Start of Block

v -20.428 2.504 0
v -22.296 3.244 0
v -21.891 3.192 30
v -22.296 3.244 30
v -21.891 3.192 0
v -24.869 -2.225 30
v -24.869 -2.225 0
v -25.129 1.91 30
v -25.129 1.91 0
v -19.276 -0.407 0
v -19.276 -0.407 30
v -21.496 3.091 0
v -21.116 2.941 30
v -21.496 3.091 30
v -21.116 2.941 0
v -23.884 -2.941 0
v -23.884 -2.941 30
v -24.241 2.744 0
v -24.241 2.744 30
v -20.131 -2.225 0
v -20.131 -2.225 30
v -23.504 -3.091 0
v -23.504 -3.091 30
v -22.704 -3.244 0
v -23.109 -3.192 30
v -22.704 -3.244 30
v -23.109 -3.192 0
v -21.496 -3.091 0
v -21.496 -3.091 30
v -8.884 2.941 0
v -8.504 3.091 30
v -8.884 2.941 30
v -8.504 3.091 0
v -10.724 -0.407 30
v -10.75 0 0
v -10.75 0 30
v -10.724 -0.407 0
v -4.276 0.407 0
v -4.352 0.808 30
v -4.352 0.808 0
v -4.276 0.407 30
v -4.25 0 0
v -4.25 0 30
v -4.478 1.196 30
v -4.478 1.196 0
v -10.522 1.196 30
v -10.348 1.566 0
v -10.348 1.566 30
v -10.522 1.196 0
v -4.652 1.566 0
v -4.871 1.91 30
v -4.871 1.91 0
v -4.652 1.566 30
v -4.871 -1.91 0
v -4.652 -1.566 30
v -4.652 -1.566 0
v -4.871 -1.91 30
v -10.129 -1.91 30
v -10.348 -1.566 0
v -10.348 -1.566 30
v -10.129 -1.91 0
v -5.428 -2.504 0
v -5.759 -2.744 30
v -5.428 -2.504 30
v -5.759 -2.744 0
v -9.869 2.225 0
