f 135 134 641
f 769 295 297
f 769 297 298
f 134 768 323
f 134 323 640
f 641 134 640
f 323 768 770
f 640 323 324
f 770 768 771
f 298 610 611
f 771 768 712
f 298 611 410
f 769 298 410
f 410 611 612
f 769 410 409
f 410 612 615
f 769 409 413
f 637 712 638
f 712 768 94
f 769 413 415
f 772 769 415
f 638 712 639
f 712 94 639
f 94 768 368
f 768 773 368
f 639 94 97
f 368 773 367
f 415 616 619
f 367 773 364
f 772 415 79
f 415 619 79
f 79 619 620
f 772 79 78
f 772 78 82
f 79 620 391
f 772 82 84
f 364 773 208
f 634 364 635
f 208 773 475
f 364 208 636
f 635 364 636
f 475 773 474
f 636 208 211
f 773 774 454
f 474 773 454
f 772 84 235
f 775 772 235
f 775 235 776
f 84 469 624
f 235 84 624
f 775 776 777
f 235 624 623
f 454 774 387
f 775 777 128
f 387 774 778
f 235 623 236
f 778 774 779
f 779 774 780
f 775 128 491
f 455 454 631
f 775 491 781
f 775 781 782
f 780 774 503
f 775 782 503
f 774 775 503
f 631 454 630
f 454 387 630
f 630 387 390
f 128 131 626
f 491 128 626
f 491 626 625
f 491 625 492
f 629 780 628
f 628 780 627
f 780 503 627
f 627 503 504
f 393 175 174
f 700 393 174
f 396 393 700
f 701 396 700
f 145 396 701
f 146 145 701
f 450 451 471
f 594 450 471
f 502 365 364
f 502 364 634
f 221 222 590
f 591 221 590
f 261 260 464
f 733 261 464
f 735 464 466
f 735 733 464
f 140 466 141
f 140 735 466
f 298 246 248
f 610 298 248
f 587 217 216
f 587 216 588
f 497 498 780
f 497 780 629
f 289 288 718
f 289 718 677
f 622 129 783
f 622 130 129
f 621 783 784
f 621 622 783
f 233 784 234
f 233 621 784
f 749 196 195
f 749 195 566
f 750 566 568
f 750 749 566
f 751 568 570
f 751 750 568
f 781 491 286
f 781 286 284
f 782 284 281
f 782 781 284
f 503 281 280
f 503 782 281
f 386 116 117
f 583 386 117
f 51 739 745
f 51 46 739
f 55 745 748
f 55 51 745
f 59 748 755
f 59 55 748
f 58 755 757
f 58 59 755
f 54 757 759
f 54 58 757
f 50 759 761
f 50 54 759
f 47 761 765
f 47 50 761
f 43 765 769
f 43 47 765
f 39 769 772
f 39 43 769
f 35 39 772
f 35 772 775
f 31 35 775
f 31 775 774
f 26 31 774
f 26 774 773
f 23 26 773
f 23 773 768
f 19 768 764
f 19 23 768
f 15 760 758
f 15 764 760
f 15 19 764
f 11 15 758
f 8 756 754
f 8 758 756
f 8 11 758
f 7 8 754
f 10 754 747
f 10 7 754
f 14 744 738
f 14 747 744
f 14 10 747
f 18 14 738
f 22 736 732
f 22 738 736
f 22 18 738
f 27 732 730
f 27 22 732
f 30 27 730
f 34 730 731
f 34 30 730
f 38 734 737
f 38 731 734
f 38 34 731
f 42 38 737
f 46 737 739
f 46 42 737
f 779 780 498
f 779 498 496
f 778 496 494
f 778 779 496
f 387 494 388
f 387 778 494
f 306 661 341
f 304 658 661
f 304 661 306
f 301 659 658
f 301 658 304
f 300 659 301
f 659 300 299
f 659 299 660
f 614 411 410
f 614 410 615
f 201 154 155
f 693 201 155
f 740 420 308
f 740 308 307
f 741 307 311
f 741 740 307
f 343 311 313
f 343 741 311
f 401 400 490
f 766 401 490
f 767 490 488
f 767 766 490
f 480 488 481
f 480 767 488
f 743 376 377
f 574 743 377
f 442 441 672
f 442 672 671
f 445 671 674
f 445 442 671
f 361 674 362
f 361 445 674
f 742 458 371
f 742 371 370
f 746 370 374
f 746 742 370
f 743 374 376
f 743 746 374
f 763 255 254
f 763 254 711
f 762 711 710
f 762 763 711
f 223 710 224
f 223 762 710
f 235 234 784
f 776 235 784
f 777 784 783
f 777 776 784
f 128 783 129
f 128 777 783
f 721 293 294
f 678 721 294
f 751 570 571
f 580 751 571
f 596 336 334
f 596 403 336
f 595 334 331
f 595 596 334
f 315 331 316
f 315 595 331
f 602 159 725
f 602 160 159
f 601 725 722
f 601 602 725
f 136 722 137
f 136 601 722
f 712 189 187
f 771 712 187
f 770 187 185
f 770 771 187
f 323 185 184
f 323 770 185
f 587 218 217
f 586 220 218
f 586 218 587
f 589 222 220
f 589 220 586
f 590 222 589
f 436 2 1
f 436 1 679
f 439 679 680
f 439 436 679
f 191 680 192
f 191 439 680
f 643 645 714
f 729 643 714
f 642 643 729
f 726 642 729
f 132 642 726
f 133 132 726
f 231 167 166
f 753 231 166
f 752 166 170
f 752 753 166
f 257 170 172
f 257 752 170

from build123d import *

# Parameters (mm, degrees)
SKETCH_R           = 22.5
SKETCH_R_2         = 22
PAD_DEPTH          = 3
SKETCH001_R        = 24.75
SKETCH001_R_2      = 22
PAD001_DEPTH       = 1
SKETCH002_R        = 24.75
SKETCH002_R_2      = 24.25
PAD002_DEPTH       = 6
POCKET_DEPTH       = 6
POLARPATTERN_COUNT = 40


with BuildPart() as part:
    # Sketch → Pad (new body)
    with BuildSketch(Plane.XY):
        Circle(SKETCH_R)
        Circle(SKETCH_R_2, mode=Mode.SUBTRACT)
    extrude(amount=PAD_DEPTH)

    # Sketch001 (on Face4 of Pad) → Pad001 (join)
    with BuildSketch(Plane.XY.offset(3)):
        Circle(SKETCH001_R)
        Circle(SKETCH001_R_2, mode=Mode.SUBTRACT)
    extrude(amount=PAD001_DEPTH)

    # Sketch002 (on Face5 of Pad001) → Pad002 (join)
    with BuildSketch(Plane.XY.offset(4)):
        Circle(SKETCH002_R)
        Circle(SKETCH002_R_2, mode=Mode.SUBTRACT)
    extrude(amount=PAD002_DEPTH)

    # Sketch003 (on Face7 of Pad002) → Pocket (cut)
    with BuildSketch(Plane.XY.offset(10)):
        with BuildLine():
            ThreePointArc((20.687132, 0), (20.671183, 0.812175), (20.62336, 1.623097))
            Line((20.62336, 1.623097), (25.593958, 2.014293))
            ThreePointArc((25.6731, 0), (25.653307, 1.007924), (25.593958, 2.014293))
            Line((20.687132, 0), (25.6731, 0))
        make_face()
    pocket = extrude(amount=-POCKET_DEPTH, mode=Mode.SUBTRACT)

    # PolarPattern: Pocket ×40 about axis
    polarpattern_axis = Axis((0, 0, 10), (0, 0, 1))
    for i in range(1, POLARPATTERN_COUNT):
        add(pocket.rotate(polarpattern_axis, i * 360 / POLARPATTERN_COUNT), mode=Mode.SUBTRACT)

End of Block

■ EXERCISE PROMPT
After locating the line holding "f 387 778 494" above, output exactly that line and every line after it through the line holding "f 762 763 711". Include nothing else.

■ RESULT FOR THIS TASK
f 387 778 494
f 306 661 341
f 304 658 661
f 304 661 306
f 301 659 658
f 301 658 304
f 300 659 301
f 659 300 299
f 659 299 660
f 614 411 410
f 614 410 615
f 201 154 155
f 693 201 155
f 740 420 308
f 740 308 307
f 741 307 311
f 741 740 307
f 343 311 313
f 343 741 311
f 401 400 490
f 766 401 490
f 767 490 488
f 767 766 490
f 480 488 481
f 480 767 488
f 743 376 377
f 574 743 377
f 442 441 672
f 442 672 671
f 445 671 674
f 445 442 671
f 361 674 362
f 361 445 674
f 742 458 371
f 742 371 370
f 746 370 374
f 746 742 370
f 743 374 376
f 743 746 374
f 763 255 254
f 763 254 711
f 762 711 710
f 762 763 711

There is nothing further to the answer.